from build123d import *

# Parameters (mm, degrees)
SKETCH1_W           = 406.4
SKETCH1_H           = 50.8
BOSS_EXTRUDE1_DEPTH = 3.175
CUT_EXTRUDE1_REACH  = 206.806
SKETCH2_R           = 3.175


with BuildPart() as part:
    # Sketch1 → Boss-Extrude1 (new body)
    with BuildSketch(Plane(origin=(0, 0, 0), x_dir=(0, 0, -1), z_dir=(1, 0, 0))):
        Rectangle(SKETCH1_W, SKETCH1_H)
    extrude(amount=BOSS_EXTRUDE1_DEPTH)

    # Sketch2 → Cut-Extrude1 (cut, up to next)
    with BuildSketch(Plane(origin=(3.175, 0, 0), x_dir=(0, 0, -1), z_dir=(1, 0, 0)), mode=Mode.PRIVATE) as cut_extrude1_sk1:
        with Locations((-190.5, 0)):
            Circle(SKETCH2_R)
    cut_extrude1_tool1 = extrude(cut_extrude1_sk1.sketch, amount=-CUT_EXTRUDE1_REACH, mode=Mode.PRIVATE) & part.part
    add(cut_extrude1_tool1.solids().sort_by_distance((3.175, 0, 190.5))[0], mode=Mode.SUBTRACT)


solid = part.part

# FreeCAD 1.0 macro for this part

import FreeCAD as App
import Part
import Sketcher
from FreeCAD import Vector
Q = App.Units.Quantity


def add_polygon(sketch, points):
    """Adds a closed chain of lines whose ends are joined by coincident constraints."""
    first, n = sketch.GeometryCount, len(points)
    for a, b in zip(points, points[1:] + points[:1]):
        sketch.addGeometry(Part.LineSegment(App.Vector(*a, 0), App.Vector(*b, 0)), False)
    for i in range(n):
        sketch.addConstraint(Sketcher.Constraint("Coincident", first + i, 2, first + (i + 1) % n, 1))

doc = App.newDocument("Part")
body = doc.addObject("PartDesign::Body", "Body")

sketch1 = body.newObject("Sketcher::SketchObject", "Sketch")
sketch1.AttachmentSupport = (doc.getObject("YZ_Plane"), [""])
sketch1.MapMode = "FlatFace"
add_polygon(sketch1, [(25, 203), (-25, 203), (-25, -203), (25, -203)])
sketch1.addConstraint(Sketcher.Constraint("Horizontal", 0))
sketch1.addConstraint(Sketcher.Constraint("Vertical", 1))
sketch1.addConstraint(Sketcher.Constraint("Horizontal", 2))
sketch1.addConstraint(Sketcher.Constraint("Vertical", 3))
sketch1.addConstraint(Sketcher.Constraint("Symmetric", 0, 2, 2, 2, -1, 1))
sketch1.addConstraint(Sketcher.Constraint("DistanceX", 0, 2, 0, 1, Q("2 in")))
sketch1.addConstraint(Sketcher.Constraint("DistanceY", 1, 2, 1, 1, Q("16 in")))
pad1 = body.newObject("PartDesign::Pad", "Pad")
pad1.Profile = sketch1
pad1.Length = Q("0.125 in")

sketch2 = body.newObject("Sketcher::SketchObject", "Sketch001")
sketch2.AttachmentSupport = (doc.getObject("YZ_Plane"), [""])
sketch2.MapMode = "FlatFace"
sketch2.AttachmentOffset = App.Placement(Vector(0, 0, 0.125 * 25.4), App.Rotation())
sketch2.addGeometry(Part.Circle(Vector(0, 190.5, 0), Vector(0, 0, 1), 3.2), False)
sketch2.addConstraint(Sketcher.Constraint("PointOnObject", 0, 3, -2))
sketch2.addConstraint(Sketcher.Constraint("Diameter", 0, Q("0.25 in")))
sketch2.addConstraint(Sketcher.Constraint("DistanceY", -1, 1, 0, 3, Q("7.5 in")))
pocket1 = body.newObject("PartDesign::Pocket", "Pocket")
pocket1.Profile = sketch2
pocket1.Type = "UpToFirst"

doc.recompute()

- [WORK INSTRUCTIONS] The response must contain every entry, each one identical to the original.

- [RESULT FOR THIS TASK]
from build123d import *

# Parameters (mm, degrees)
SKETCH1_W           = 406.4
SKETCH1_H           = 50.8
BOSS_EXTRUDE1_DEPTH = 3.175
CUT_EXTRUDE1_REACH  = 206.806
SKETCH2_R           = 3.175


with BuildPart() as part:
    # Sketch1 → Boss-Extrude1 (new body)
    with BuildSketch(Plane(origin=(0, 0, 0), x_dir=(0, 0, -1), z_dir=(1, 0, 0))):
        Rectangle(SKETCH1_W, SKETCH1_H)
    extrude(amount=BOSS_EXTRUDE1_DEPTH)

    # Sketch2 → Cut-Extrude1 (cut, up to next)
    with BuildSketch(Plane(origin=(3.175, 0, 0), x_dir=(0, 0, -1), z_dir=(1, 0, 0)), mode=Mode.PRIVATE) as cut_extrude1_sk1:
        with Locations((-190.5, 0)):
            Circle(SKETCH2_R)
    cut_extrude1_tool1 = extrude(cut_extrude1_sk1.sketch, amount=-CUT_EXTRUDE1_REACH, mode=Mode.PRIVATE) & part.part
    add(cut_extrude1_tool1.solids().sort_by_distance((3.175, 0, 190.5))[0], mode=Mode.SUBTRACT)


solid = part.part

# FreeCAD 1.0 macro for this part

import FreeCAD as App
import Part
import Sketcher
from FreeCAD import Vector
Q = App.Units.Quantity


def add_polygon(sketch, points):
    """Adds a closed chain of lines whose ends are joined by coincident constraints."""
    first, n = sketch.GeometryCount, len(points)
    for a, b in zip(points, points[1:] + points[:1]):
        sketch.addGeometry(Part.LineSegment(App.Vector(*a, 0), App.Vector(*b, 0)), False)
    for i in range(n):
        sketch.addConstraint(Sketcher.Constraint("Coincident", first + i, 2, first + (i + 1) % n, 1))

doc = App.newDocument("Part")
body = doc.addObject("PartDesign::Body", "Body")

sketch1 = body.newObject("Sketcher::SketchObject", "Sketch")
sketch1.AttachmentSupport = (doc.getObject("YZ_Plane"), [""])
sketch1.MapMode = "FlatFace"
add_polygon(sketch1, [(25, 203), (-25, 203), (-25, -203), (25, -203)])
sketch1.addConstraint(Sketcher.Constraint("Horizontal", 0))
sketch1.addConstraint(Sketcher.Constraint("Vertical", 1))
sketch1.addConstraint(Sketcher.Constraint("Horizontal", 2))
sketch1.addConstraint(Sketcher.Constraint("Vertical", 3))
sketch1.addConstraint(Sketcher.Constraint("Symmetric", 0, 2, 2, 2, -1, 1))
sketch1.addConstraint(Sketcher.Constraint("DistanceX", 0, 2, 0, 1, Q("2 in")))
sketch1.addConstraint(Sketcher.Constraint("DistanceY", 1, 2, 1, 1, Q("16 in")))
pad1 = body.newObject("PartDesign::Pad", "Pad")
pad1.Profile = sketch1
pad1.Length = Q("0.125 in")

sketch2 = body.newObject("Sketcher::SketchObject", "Sketch001")
sketch2.AttachmentSupport = (doc.getObject("YZ_Plane"), [""])
sketch2.MapMode = "FlatFace"
sketch2.AttachmentOffset = App.Placement(Vector(0, 0, 0.125 * 25.4), App.Rotation())
sketch2.addGeometry(Part.Circle(Vector(0, 190.5, 0), Vector(0, 0, 1), 3.2), False)
sketch2.addConstraint(Sketcher.Constraint("PointOnObject", 0, 3, -2))
sketch2.addConstraint(Sketcher.Constraint("Diameter", 0, Q("0.25 in")))
sketch2.addConstraint(Sketcher.Constraint("DistanceY", -1, 1, 0, 3, Q("7.5 in")))
pocket1 = body.newObject("PartDesign::Pocket", "Pocket")
pocket1.Profile = sketch2
pocket1.Type = "UpToFirst"

doc.recompute()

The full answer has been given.